When I first became a trained mediator in the mid-90s, brainstorming was all the rage. Management journals touted the benefits of hosting in-person, group brainstorming to promote creativity in organizations. Leadership associations sponsored trainings on how to lead visual brainstorming activities in meetings. In fact, mediation course curriculums always included a robust section on assisting disputants to verbally brainstorm to help resolve their conflict. I loved it!

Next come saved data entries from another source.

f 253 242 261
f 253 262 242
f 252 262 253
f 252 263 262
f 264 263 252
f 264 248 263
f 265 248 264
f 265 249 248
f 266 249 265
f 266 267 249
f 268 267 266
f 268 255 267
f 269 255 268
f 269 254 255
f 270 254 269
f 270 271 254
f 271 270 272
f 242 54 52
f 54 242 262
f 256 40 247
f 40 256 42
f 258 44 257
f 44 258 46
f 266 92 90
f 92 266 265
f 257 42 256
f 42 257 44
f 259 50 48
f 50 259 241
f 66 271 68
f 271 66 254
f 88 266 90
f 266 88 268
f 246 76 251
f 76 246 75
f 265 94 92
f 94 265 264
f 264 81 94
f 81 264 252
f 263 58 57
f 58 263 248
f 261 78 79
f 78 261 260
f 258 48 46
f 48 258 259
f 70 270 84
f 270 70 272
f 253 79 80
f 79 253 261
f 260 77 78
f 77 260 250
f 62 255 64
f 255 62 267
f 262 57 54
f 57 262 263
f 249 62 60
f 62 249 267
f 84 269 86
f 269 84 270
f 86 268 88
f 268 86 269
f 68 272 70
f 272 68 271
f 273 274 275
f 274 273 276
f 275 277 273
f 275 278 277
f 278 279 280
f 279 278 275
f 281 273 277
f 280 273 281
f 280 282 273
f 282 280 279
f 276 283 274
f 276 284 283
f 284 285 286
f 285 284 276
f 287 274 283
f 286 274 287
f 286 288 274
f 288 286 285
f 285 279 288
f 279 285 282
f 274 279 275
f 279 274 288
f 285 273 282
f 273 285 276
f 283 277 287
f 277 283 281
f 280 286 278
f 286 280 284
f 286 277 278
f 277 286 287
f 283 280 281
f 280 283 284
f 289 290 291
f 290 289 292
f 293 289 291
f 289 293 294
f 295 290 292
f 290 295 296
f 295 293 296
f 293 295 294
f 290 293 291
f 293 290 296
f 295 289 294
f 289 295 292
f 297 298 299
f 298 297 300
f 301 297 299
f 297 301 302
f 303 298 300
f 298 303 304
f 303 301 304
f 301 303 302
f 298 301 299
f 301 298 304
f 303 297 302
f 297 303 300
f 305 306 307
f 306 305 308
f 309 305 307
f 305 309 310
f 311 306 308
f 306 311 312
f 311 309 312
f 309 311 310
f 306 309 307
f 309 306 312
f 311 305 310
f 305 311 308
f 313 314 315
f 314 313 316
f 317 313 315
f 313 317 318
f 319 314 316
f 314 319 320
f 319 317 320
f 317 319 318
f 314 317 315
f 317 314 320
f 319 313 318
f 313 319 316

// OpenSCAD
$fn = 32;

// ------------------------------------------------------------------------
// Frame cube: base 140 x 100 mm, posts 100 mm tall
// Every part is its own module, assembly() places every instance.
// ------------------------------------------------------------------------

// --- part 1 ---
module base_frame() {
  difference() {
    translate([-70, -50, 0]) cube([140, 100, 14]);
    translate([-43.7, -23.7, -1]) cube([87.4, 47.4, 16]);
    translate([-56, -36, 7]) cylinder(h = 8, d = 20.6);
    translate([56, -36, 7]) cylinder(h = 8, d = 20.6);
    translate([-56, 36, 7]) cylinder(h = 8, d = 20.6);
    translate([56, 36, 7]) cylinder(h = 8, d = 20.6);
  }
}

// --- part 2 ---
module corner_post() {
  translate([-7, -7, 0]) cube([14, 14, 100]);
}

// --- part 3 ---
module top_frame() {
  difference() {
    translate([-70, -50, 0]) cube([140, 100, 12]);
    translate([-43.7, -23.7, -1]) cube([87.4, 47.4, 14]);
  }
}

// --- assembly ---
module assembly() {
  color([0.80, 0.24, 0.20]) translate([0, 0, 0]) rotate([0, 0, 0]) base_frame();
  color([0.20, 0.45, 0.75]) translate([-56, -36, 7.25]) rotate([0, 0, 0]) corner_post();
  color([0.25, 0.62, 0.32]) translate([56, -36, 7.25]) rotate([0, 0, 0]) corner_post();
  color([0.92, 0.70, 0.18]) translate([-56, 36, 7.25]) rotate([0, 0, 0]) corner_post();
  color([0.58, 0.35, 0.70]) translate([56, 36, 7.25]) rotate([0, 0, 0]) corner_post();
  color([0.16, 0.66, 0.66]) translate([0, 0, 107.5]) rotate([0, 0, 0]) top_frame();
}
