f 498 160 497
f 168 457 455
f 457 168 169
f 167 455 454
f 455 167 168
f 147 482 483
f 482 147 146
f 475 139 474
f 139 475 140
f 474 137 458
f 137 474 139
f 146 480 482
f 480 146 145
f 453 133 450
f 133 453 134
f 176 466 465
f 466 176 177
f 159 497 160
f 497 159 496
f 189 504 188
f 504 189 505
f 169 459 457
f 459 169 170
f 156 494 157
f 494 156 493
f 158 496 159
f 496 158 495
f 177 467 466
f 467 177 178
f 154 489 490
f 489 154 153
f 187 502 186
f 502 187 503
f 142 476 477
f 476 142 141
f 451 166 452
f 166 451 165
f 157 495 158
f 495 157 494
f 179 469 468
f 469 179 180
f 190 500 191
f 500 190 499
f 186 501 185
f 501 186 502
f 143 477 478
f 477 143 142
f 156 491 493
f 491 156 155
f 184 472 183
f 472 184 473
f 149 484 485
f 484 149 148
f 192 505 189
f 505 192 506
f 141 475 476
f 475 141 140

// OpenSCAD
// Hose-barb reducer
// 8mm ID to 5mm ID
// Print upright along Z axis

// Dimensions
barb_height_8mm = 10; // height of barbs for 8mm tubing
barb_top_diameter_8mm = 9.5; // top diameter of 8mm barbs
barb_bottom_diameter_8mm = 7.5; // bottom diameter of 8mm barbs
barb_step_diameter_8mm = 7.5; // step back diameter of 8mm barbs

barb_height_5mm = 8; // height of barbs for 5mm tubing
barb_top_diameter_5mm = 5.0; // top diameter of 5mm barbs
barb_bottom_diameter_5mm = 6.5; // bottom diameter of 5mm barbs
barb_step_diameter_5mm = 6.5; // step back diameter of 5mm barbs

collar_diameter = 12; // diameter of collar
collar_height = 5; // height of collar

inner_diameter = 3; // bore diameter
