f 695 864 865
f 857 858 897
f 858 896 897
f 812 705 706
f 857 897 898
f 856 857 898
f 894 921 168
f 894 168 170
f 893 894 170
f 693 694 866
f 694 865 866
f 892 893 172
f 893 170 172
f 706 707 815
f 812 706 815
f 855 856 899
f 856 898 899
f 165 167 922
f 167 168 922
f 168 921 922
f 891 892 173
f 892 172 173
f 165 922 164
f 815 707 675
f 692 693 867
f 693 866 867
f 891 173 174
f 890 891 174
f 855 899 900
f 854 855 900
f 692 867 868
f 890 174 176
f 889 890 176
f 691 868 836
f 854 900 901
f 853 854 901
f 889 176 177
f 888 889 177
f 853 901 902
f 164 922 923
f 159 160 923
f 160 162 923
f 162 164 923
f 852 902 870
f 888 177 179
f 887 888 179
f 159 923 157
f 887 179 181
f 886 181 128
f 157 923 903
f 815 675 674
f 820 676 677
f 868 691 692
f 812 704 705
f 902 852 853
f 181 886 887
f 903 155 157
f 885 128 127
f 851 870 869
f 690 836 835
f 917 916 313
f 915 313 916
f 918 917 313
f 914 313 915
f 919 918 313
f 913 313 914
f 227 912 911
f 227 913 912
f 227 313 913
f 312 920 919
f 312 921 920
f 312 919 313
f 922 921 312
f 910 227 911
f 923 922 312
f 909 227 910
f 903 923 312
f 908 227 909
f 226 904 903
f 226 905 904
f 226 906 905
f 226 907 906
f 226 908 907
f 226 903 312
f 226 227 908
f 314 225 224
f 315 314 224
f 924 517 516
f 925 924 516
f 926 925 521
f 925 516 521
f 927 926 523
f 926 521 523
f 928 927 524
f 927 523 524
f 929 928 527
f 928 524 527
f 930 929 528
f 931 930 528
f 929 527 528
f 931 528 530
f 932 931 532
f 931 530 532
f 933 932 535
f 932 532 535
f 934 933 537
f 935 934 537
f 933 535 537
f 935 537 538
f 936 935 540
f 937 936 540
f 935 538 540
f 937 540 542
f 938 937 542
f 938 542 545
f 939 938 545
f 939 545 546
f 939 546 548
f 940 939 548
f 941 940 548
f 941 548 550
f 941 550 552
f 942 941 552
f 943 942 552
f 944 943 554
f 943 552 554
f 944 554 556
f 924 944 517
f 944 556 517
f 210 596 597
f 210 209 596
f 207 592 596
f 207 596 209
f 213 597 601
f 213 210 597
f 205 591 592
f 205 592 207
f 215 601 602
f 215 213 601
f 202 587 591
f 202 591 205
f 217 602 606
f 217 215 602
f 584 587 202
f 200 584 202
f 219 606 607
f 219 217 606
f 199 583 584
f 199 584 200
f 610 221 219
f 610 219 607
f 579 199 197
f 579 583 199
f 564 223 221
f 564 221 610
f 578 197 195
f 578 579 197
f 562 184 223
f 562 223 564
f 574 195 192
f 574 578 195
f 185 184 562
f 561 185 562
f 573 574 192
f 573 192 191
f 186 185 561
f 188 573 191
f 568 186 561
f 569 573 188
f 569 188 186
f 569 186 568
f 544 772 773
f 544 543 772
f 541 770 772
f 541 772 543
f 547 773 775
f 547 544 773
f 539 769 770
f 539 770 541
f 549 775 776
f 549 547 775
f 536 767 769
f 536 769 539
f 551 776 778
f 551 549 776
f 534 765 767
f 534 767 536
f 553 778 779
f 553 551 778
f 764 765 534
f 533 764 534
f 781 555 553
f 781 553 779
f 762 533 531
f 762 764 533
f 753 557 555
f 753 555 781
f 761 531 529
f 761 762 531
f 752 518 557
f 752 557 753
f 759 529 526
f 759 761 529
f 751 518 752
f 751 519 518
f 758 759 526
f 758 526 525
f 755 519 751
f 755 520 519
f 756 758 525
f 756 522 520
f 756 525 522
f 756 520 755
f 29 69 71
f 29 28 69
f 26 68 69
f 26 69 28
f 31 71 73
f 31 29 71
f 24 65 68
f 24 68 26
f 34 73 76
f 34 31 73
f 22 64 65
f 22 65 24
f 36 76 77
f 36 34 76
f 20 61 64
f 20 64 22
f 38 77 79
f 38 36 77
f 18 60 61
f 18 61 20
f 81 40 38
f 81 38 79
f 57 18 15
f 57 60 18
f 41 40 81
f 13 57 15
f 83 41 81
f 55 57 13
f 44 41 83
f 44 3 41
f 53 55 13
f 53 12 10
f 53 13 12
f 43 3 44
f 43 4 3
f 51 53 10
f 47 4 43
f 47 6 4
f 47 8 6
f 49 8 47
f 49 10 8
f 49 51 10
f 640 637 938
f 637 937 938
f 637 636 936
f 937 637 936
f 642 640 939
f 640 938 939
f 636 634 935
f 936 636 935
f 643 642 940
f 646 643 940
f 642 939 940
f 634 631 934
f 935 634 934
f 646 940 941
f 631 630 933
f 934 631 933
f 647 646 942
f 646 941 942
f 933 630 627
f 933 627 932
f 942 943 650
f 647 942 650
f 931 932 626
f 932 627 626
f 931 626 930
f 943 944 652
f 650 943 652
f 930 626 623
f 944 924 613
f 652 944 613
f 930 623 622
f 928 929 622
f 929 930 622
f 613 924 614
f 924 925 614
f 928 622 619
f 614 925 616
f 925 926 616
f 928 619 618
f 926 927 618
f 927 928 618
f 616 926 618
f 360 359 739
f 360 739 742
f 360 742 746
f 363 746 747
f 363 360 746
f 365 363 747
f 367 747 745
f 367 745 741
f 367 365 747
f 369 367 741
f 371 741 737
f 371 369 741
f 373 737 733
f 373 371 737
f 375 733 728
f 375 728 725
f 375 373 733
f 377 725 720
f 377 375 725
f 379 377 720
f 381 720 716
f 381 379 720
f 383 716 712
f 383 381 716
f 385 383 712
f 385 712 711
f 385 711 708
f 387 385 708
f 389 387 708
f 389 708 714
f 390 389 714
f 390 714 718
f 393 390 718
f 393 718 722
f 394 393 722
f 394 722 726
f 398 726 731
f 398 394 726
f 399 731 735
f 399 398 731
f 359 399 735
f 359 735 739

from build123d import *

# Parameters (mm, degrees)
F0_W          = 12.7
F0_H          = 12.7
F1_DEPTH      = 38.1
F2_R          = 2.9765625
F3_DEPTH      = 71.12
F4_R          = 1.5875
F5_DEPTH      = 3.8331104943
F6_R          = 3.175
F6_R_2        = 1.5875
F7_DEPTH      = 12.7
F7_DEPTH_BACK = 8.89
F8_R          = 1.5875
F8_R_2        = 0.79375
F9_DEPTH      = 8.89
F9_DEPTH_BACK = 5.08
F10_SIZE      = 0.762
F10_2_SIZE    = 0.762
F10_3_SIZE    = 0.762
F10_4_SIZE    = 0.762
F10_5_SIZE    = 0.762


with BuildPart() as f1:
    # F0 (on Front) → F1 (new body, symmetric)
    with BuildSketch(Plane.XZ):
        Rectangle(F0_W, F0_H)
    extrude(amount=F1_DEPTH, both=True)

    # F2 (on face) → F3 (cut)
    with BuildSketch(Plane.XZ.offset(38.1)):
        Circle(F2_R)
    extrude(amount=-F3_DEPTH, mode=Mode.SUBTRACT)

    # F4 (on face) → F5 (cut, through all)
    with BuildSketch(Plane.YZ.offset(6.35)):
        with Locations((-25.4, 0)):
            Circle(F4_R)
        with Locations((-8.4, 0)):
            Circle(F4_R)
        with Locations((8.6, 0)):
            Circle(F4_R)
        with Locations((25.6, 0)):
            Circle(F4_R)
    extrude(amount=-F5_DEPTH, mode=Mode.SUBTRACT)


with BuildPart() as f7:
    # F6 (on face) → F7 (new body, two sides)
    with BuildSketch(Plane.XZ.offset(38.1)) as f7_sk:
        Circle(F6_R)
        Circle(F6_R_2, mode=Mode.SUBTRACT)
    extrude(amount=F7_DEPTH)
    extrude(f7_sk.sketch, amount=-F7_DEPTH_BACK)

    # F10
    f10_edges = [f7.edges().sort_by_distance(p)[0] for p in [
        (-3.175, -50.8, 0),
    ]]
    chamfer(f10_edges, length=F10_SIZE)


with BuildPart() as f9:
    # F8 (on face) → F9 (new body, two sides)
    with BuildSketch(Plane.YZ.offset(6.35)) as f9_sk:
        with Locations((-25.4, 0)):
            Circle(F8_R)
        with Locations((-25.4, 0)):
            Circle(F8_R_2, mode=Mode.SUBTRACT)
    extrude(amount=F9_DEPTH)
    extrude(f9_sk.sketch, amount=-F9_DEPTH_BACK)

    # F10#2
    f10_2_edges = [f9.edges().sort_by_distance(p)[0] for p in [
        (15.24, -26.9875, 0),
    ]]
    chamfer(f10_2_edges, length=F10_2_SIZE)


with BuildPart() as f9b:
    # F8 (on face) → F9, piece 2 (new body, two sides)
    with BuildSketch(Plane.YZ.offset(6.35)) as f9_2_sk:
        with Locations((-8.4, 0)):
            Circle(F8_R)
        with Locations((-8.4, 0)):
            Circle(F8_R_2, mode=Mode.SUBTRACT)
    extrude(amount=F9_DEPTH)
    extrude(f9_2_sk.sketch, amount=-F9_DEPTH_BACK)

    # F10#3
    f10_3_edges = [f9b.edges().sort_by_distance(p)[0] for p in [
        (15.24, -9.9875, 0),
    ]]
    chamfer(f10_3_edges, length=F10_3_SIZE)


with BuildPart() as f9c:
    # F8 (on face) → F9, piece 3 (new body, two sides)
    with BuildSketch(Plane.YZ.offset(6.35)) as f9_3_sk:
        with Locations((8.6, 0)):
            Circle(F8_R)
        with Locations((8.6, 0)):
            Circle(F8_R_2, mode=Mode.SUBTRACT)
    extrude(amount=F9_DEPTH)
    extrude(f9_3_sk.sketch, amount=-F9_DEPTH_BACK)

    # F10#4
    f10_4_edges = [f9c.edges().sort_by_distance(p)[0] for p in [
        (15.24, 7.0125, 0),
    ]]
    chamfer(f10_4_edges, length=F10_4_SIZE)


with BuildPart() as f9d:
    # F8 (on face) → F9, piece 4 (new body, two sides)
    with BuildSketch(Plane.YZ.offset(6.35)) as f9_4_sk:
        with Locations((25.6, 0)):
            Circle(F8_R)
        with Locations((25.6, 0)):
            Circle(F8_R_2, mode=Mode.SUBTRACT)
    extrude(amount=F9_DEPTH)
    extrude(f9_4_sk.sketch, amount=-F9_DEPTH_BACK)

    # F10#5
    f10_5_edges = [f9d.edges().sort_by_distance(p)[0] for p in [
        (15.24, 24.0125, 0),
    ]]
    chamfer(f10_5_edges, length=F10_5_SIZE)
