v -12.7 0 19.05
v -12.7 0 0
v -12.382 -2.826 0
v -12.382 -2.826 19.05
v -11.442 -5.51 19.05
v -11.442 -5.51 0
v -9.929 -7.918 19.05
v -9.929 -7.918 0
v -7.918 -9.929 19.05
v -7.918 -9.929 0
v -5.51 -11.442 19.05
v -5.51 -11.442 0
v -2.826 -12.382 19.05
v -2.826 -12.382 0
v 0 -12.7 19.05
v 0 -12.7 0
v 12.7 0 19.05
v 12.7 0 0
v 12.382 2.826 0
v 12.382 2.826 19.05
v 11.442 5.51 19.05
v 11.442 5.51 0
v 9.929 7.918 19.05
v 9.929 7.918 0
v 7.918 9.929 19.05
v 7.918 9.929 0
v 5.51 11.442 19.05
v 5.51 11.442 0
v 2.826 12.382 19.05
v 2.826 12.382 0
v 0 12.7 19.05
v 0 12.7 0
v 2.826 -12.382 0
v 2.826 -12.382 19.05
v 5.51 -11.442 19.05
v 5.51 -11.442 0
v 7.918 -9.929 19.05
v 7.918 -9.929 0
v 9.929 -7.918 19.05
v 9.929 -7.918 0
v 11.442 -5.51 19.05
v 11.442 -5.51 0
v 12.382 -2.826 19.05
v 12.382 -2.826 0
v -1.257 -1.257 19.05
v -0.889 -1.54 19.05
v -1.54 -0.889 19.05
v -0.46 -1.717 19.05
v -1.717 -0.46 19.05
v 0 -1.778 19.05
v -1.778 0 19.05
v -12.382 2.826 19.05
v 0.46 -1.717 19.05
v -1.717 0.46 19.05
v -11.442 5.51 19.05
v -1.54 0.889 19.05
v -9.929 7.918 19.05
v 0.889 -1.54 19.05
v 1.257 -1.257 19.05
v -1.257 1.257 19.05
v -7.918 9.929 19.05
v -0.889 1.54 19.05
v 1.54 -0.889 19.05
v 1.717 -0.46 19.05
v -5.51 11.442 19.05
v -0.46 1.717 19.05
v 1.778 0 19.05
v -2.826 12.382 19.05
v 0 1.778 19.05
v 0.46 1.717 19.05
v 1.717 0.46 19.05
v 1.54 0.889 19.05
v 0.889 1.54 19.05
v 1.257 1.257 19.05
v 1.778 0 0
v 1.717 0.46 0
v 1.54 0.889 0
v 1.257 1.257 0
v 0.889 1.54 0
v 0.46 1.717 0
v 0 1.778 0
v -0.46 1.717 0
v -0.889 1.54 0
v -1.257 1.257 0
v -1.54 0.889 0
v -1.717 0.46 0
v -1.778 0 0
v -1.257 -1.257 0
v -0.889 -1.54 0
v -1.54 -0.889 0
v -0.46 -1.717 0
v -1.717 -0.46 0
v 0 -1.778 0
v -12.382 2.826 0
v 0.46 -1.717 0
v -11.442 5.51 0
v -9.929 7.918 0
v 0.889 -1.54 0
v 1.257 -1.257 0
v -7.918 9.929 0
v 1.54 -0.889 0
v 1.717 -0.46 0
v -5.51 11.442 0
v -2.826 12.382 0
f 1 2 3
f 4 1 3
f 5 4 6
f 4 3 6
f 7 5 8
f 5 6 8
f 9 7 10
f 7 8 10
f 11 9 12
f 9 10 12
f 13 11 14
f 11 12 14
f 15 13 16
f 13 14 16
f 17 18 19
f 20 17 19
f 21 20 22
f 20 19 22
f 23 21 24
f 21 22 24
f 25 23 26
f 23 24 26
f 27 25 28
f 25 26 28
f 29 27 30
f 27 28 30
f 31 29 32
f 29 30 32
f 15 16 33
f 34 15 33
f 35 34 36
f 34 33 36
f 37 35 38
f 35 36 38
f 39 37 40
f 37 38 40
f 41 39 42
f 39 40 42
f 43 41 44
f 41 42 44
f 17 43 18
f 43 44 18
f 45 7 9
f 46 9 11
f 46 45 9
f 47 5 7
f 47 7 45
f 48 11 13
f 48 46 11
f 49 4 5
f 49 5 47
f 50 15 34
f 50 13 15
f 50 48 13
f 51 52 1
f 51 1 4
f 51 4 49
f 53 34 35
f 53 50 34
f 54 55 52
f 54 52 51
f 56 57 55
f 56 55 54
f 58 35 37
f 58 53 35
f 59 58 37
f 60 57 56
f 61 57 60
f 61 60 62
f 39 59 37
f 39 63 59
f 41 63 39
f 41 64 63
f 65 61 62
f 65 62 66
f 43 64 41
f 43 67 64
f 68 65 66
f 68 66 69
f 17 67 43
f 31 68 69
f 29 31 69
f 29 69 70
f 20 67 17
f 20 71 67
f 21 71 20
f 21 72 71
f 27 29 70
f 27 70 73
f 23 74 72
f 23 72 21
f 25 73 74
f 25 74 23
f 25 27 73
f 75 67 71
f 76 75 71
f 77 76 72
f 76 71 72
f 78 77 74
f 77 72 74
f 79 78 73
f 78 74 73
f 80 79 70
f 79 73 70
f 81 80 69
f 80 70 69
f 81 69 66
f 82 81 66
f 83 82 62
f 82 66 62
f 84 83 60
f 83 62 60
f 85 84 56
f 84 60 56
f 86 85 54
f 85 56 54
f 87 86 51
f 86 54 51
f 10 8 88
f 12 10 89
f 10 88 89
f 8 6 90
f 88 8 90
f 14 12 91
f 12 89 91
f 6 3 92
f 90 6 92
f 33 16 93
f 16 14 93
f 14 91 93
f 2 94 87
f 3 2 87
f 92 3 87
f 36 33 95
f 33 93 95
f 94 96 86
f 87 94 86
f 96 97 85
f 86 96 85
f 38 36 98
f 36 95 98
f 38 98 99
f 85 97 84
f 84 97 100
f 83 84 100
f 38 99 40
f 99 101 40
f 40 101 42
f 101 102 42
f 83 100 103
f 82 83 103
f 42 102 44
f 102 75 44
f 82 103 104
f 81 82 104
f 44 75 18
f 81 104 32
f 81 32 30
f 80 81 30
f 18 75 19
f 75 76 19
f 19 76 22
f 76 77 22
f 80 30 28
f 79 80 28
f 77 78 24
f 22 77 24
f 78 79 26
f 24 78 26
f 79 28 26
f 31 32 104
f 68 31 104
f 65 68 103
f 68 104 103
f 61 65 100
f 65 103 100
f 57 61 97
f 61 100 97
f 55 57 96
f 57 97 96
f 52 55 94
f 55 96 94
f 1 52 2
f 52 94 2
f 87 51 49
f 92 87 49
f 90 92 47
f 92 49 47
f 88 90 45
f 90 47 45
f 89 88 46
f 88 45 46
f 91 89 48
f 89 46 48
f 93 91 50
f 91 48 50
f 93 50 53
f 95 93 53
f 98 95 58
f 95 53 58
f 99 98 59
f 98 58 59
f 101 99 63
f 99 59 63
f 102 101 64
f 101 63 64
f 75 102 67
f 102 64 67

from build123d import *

# Parameters (mm, degrees)
F1_DEPTH = 19.05
F3_DEPTH = 134.874


with BuildPart() as f1:
    # F0 (on Top) → F1 (new body)
    with BuildSketch(Plane.XY):
        with BuildLine():
            Line((-12.7, 0), (0, 0))
            Line((0, 0), (0, 12.7))
            ThreePointArc((0, 12.7), (-8.9802561211, 8.9802561211), (-12.7, 0))
        make_face()
        with BuildLine():
            Line((0, 12.7), (0, 0))
            Line((0, 0), (12.7, 0))
            ThreePointArc((12.7, 0), (8.9802561211, 8.9802561211), (0, 12.7))
        make_face()
        with BuildLine():
            Line((12.7, 0), (0, 0))
            Line((0, 0), (0, -12.7))
            ThreePointArc((0, -12.7), (8.9802561211, -8.9802561211), (12.7, 0))
        make_face()
        with BuildLine():
            Line((0, -12.7), (0, 0))
            Line((0, 0), (-12.7, 0))
            ThreePointArc((-12.7, 0), (-8.9802561211, -8.9802561211), (0, -12.7))
        make_face()
    extrude(amount=F1_DEPTH)

    # F2 (on face) → F3 (cut)
    with BuildSketch(Plane.XY.offset(19.05)):
        with BuildLine():
            Line((-1.778, 0), (0, 0))
            Line((0, 0), (0, 1.778))
            ThreePointArc((0, 1.778), (-1.2572358569, 1.2572358569), (-1.778, 0))
        make_face()
        with BuildLine():
            Line((0, 1.778), (0, 0))
            Line((0, 0), (1.778, 0))
            ThreePointArc((1.778, 0), (1.2572358569, 1.2572358569), (0, 1.778))
        make_face()
        with BuildLine():
            Line((1.778, 0), (0, 0))
            Line((0, 0), (0, -1.778))
            ThreePointArc((0, -1.778), (1.2572358569, -1.2572358569), (1.778, 0))
        make_face()
        with BuildLine():
            Line((0, -1.778), (0, 0))
            Line((0, 0), (-1.778, 0))
            ThreePointArc((-1.778, 0), (-1.2572358569, -1.2572358569), (0, -1.778))
        make_face()
    extrude(amount=-F3_DEPTH, mode=Mode.SUBTRACT)


solid = f1.part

As a self-described extrovert, I love anything that helps me to visualize a problem. So, I was naturally drawn to group brainstorming techniques – writing colorful lists on a white board at the front of the room, shouting out project ideas in team meetings, and the back and forth energy of collaborating with others in the moment to build from one idea to the next. Brainstorming became my favorite new habit. In fact, it came so naturally to me that I never stopped to consider the notion that some people might not love the idea of sharing their ideas out loud or may not do their best thinking on the spot. I also didn’t consider that perhaps group brainstorming isn’t the most effective way to innovate or to reach true consensus when faced with a conflict.
Decades of research actually show that traditional brainstorming methods are often unsuccessful. In his Harvard Business Review article, The Problem-Solving Process that Prevents Groupthink, Art Markman states that when people “start throwing out ideas, they actually come up with fewer ideas overall and fewer novel, actionable ideas than the individuals in that group would have come up with had they worked alone.” When one person throws out an idea it tends to influence the thinking of others in the group in ways that make everyone start to think similarly to one another. Thus, limiting the framing of the conflict and often then limiting the creativity of possible solutions.
One way to avoid this “groupthink” tendency, is to maximize the time individuals have to work independently on resolving a conflict situation. Start by having each person work on their own to draft a list of possible options for resolving the problem at hand. Then share those lists with others on the team, so each person can still work on their own to respond, add to or edit the list. At this point, everyone is still working on their own rather than in a group setting and has a better opportunity to build on each other’s ideas without being influenced by the group. Once everyone has had a chance to generate their own ideas and independently respond to the ideas of others, you can bring the group together to discuss the options.
Group brainstorming isn’t necessarily a bad habit. It can still be a fun way to build team rapport and energize a group, but it may be best for deciding something simple like where to go for the next office lunch. When it comes to big team decisions, tough office conflicts, or other problems that require next level innovation, try giving independent time to think to each person on your team and you’ll be more likely to maximize creativity and outcomes!